Strong local production, vast domestic consumption and a fashion supply network all contribute to India's massive textile sector. According to Statista, an online platform specialising in market and consumer data, currently the Indian textile industry is valued at USD 223 billion. Adding to this, it is the second largest sector in terms of employment generation in India, where over 45 million people are employed directly by the sector and an additional 100 million work in related industries.
However, it also involves equal quantities of garbage.
The textile industry has been under fire recently for its detrimental effects on the environment and society, which have only increased due to the rise of fast fashion and fashion influencer culture. It is well known that the worldwide textile business produces more greenhouse gas emissions than all international travel and shipping put together.
Asiya Chaudhary, a professor at the Department of Commerce at Aligarh Muslim University (AMU), told FairPlanet that "with pesticides and other chemicals, cotton production contributes to environmental contamination, but used and discarded clothing add to solid waste in landfills, which takes years to degrade."

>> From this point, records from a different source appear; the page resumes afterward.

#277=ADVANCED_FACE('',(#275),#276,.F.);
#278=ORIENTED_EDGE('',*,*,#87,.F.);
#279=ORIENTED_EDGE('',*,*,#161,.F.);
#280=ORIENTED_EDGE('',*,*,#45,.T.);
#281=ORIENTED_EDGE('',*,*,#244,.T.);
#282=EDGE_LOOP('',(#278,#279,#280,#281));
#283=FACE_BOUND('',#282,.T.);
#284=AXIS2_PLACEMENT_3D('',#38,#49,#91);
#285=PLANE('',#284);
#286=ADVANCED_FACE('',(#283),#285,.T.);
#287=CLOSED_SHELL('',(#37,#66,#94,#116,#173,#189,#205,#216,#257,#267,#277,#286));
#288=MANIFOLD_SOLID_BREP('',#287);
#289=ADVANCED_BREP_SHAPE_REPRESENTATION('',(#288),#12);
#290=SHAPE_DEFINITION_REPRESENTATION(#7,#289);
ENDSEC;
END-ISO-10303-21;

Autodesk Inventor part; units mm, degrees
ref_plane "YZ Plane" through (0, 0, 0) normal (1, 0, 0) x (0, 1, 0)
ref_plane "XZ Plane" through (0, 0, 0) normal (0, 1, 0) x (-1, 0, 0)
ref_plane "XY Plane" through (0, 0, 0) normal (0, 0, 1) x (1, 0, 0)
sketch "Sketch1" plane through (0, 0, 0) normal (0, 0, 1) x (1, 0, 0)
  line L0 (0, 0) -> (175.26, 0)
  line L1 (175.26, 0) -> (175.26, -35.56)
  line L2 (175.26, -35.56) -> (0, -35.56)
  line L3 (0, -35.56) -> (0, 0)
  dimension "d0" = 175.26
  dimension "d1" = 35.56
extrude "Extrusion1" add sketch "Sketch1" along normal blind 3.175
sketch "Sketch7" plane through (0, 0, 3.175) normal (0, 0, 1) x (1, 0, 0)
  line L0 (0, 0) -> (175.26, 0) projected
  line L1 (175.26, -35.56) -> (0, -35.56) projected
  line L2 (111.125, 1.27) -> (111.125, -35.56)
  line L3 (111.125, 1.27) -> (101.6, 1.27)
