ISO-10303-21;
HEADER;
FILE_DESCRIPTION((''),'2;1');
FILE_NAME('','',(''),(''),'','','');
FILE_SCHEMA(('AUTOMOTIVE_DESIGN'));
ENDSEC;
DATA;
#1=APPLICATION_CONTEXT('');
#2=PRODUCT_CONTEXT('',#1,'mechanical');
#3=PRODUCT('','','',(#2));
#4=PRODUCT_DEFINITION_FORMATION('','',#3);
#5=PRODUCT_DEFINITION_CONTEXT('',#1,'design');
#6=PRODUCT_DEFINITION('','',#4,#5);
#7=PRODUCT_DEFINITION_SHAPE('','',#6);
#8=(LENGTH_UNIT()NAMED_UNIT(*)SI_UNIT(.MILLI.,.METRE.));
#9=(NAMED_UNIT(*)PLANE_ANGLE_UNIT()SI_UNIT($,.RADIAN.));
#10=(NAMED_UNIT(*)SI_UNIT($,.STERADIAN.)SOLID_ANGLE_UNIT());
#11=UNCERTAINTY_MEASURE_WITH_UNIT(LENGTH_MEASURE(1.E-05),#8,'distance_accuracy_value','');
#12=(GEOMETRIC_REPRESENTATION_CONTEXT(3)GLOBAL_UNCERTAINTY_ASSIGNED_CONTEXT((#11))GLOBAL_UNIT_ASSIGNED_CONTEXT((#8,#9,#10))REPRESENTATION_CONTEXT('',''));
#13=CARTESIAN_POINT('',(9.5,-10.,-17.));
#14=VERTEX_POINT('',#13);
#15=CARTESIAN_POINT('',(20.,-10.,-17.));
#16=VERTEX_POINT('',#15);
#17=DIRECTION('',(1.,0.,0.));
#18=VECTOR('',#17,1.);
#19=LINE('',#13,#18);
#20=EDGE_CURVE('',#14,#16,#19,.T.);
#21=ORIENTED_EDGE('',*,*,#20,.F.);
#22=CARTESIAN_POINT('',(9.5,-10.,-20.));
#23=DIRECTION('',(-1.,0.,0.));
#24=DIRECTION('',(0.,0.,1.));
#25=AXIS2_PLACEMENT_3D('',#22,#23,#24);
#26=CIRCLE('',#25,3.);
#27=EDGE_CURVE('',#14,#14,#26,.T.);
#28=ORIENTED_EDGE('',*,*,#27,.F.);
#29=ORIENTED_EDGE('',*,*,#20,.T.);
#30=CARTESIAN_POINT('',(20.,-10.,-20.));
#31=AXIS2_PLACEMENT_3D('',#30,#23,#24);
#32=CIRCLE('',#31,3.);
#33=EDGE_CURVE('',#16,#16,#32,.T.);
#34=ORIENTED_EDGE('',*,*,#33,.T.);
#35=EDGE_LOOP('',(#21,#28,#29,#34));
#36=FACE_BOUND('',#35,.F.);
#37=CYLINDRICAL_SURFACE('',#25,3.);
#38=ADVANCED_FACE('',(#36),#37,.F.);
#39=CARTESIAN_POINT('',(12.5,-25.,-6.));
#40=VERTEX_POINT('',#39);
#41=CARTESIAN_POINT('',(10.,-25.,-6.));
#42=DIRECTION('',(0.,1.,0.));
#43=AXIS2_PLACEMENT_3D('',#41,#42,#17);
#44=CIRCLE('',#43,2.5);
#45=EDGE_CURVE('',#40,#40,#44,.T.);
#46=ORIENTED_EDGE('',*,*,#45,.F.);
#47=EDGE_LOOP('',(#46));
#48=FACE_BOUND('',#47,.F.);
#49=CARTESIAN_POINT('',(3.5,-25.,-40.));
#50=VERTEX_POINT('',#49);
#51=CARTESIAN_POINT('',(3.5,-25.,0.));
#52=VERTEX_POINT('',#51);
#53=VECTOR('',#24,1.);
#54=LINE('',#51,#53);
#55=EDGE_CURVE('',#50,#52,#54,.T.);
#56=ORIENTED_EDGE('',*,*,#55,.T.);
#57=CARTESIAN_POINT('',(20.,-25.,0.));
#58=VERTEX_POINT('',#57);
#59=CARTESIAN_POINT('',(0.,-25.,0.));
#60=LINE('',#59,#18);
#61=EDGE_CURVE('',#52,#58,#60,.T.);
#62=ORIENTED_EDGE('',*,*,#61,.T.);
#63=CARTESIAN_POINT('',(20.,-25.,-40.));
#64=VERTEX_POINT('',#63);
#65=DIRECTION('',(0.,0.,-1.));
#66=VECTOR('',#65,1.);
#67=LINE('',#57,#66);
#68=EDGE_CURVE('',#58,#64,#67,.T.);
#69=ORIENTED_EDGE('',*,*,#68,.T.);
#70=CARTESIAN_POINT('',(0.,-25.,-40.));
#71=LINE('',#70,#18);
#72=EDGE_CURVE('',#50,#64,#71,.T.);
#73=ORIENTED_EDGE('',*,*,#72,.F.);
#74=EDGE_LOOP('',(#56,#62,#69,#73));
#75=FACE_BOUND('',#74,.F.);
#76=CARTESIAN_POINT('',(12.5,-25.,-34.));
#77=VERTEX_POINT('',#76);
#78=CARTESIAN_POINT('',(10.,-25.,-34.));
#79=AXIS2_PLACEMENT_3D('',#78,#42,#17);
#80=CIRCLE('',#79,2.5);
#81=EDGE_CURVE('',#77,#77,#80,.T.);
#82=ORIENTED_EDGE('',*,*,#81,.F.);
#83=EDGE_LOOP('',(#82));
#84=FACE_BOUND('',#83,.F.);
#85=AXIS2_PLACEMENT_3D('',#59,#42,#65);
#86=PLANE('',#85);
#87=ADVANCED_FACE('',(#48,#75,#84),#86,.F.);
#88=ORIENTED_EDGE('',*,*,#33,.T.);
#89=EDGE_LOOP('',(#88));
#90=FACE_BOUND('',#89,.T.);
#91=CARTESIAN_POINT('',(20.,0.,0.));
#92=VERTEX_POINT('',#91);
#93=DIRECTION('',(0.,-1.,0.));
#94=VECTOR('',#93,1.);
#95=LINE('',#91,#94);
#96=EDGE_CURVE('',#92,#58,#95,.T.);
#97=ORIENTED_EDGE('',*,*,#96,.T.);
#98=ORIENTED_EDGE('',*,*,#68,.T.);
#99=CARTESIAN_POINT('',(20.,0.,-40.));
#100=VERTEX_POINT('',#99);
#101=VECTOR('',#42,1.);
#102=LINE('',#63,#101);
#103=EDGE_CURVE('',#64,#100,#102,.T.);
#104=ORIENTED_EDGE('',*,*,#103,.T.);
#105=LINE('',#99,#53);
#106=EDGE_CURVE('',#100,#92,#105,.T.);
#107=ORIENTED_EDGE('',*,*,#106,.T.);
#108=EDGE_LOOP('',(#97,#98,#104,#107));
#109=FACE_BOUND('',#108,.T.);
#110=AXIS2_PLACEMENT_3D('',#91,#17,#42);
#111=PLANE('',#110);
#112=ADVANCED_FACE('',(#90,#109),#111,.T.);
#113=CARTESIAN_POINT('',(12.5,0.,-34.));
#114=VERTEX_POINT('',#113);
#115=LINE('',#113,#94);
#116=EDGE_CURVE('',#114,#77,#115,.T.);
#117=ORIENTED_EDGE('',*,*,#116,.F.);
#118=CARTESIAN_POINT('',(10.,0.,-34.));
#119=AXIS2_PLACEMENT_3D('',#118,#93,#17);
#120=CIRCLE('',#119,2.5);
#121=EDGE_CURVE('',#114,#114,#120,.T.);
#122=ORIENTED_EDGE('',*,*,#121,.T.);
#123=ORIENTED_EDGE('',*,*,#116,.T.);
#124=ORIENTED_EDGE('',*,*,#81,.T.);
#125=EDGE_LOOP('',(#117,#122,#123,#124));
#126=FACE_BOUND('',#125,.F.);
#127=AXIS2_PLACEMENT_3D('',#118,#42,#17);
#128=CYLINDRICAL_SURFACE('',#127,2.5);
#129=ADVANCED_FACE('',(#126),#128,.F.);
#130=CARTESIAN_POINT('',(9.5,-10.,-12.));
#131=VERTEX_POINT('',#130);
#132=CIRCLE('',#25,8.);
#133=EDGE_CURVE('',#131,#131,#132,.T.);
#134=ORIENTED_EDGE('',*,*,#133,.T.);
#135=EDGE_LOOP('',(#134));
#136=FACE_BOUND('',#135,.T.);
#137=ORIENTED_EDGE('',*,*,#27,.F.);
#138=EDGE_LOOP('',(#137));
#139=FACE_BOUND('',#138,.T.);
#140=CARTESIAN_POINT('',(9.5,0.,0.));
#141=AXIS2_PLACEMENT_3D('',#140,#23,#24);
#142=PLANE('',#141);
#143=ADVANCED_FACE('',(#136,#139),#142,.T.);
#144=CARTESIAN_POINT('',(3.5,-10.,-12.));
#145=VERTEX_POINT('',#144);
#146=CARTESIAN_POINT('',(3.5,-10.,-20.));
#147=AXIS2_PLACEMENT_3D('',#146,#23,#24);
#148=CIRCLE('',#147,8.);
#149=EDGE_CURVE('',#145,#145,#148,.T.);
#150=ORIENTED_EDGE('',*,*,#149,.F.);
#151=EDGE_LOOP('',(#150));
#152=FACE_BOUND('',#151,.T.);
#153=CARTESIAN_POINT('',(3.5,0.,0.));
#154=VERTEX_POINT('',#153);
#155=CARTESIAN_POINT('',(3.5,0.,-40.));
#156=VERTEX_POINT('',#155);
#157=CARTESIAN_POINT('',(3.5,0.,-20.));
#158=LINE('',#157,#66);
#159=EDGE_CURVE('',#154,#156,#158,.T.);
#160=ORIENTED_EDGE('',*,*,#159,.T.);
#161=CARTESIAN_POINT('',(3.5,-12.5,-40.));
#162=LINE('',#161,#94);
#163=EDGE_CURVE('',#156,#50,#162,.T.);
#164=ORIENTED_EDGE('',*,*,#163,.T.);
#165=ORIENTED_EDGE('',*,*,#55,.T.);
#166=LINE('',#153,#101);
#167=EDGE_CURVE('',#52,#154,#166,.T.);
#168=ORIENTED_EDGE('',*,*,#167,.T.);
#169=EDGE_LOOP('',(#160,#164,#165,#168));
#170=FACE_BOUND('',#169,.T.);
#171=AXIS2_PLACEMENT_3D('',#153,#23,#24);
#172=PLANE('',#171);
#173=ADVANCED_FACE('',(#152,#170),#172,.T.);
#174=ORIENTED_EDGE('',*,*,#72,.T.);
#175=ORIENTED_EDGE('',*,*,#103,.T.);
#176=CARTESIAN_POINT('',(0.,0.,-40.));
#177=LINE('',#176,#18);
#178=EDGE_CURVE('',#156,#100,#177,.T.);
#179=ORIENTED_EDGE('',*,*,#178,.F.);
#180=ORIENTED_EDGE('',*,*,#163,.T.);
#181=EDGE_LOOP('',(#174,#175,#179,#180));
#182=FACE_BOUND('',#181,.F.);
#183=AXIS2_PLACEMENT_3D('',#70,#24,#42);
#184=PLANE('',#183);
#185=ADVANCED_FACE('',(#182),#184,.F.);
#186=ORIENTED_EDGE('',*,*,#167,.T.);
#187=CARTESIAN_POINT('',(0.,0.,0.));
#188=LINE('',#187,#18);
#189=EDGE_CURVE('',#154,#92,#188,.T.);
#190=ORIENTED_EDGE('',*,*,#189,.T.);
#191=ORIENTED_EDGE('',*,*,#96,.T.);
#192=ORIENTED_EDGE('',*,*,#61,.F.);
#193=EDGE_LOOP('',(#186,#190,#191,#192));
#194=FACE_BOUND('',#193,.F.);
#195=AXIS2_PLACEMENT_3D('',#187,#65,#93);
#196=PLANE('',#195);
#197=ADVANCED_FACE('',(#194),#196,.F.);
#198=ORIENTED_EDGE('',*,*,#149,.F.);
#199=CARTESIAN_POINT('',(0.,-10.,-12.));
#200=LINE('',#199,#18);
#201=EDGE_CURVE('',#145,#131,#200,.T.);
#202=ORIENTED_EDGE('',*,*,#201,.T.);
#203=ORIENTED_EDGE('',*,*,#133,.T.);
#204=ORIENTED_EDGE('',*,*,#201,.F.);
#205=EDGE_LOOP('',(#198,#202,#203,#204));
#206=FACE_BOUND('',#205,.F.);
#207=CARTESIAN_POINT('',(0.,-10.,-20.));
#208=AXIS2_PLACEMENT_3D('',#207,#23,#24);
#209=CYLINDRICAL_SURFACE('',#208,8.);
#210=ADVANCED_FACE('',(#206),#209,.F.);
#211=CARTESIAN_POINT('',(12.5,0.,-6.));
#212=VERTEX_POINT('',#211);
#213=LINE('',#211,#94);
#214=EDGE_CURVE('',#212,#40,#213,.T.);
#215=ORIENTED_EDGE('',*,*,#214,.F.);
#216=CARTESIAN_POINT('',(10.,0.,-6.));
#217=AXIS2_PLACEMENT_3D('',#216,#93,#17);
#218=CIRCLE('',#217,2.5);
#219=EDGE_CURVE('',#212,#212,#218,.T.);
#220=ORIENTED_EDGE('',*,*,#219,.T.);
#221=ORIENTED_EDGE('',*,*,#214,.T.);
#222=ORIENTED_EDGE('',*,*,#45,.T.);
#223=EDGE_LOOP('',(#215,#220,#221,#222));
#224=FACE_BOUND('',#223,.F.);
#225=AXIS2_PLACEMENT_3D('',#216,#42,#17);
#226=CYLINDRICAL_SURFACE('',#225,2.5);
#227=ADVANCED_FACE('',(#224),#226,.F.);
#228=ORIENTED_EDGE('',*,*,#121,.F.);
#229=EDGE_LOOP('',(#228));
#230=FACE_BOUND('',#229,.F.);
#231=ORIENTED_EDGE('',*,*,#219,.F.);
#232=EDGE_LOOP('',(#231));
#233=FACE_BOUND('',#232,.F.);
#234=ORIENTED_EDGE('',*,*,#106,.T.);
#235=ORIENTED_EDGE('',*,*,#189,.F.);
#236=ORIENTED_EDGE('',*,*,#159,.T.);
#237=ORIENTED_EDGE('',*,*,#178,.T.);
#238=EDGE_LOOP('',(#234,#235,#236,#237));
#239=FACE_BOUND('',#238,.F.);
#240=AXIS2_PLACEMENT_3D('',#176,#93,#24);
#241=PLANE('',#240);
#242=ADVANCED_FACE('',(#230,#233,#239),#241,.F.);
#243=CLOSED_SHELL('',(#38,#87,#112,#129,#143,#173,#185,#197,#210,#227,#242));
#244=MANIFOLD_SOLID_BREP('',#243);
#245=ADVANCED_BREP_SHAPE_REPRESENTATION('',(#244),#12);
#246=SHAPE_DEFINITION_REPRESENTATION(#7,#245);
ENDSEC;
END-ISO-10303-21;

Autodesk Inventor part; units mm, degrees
ref_plane "YZ Plane" through (0, 0, 0) normal (1, 0, 0) x (0, 1, 0)
ref_plane "XZ Plane" through (0, 0, 0) normal (0, 1, 0) x (-1, 0, 0)
ref_plane "XY Plane" through (0, 0, 0) normal (0, 0, 1) x (1, 0, 0)
sketch "Sketch1" plane through (0, 0, 0) normal (1, 0, 0) x (0, 1, 0)
  line L0 (0, 0) -> (-25, 0)
  line L1 (-25, 0) -> (-25, -40)
  line L2 (-25, -40) -> (0, -40)
  line L3 (0, -40) -> (0, 0)
  dimension "d0" = 25
  dimension "d1" = 40
extrude "Extrusion1" add sketch "Sketch1" along normal blind 20
sketch "Sketch2" plane through (20, 0, 0) normal (1, 0, 0) x (0, 0, -1)
  line L0 (0, 0) -> (20, 0)
  line L1 (40, 0) -> (0, 0) projected
  line L2 (20, 0) -> (20, -10)
  circle A0 centre (20, -10) radius 2.5
  dimension "d4" = 20
  dimension "d5" = 10
  dimension "d6" = 5
extrude "Extrusion2" cut sketch "Sketch2" against normal blind 20
sketch "Sketch3" plane through (0, 0, 0) normal (0, 1, 0) x (1, 0, 0)
  line L0 (0, 0) -> (20, 0) projected
  line L1 (0, 0) -> (10, 0)
  line L2 (10, 0) -> (10, 6)
  line L3 (0, 40) -> (10, 40)
  line L4 (0, 40) -> (20, 40) projected
  line L5 (10, 40) -> (10, 34)
  circle A0 centre (10, 6) radius 2.5
  circle A1 centre (10, 34) radius 2.5
  dimension "d9" = 10
  dimension "d10" = 6
  dimension "d11" = 6
  dimension "d12" = 5
  dimension "d13" = 5
extrude "Extrusion3" cut sketch "Sketch3" against normal through all
sketch "Sketch4" plane through (0, 0, 0) normal (-1, 0, 0) x (0, 0, 1)
  circle A0 centre (-20, -10) radius 2.5 projected
  circle A1 centre (-20, -10) radius 8
  point P0 (0, 0)
  dimension "d16" = 16
extrude "Extrusion4" cut sketch "Sketch4" against normal blind 9.5
sketch "Sketch5" plane through (9.5, -10, -20) normal (-1, 0, 0) x (0, 0, 1)
  circle A0 centre (0, 0) radius 3
  point P0 (20, 10)
  dimension "d19" = 6
extrude "Extrusion5" cut sketch "Sketch5" against normal through all
sketch "Sketch6" plane through (0, 0, 0) normal (-1, 0, 0) x (0, 0, 1)
  line L0 (-57.9528, 15.7727) -> (32.6208, 15.7727)
  line L1 (32.6208, 15.7727) -> (32.6208, -49.7079)
  line L2 (32.6208, -49.7079) -> (-57.9528, -49.7079)
  line L3 (-57.9528, -49.7079) -> (-57.9528, 15.7727)
  point P0 (0, 0)
extrude "Extrusion6" cut sketch "Sketch6" against normal blind 3.5
properties part number "linac_mover_upper_ax_holder"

She added that after the food and construction industries - textile is regarded as one of the major polluters and that an urgent improvement is required in its production and supply chain management.
In the past few years, an increasing level of awareness among industry players is leading to the development of creative solutions, from brands creating a circular fashion economy, which focuses on making clothes from recycled or renewable inputs, to businesses focusing on making sustainability accessible and affordable to all.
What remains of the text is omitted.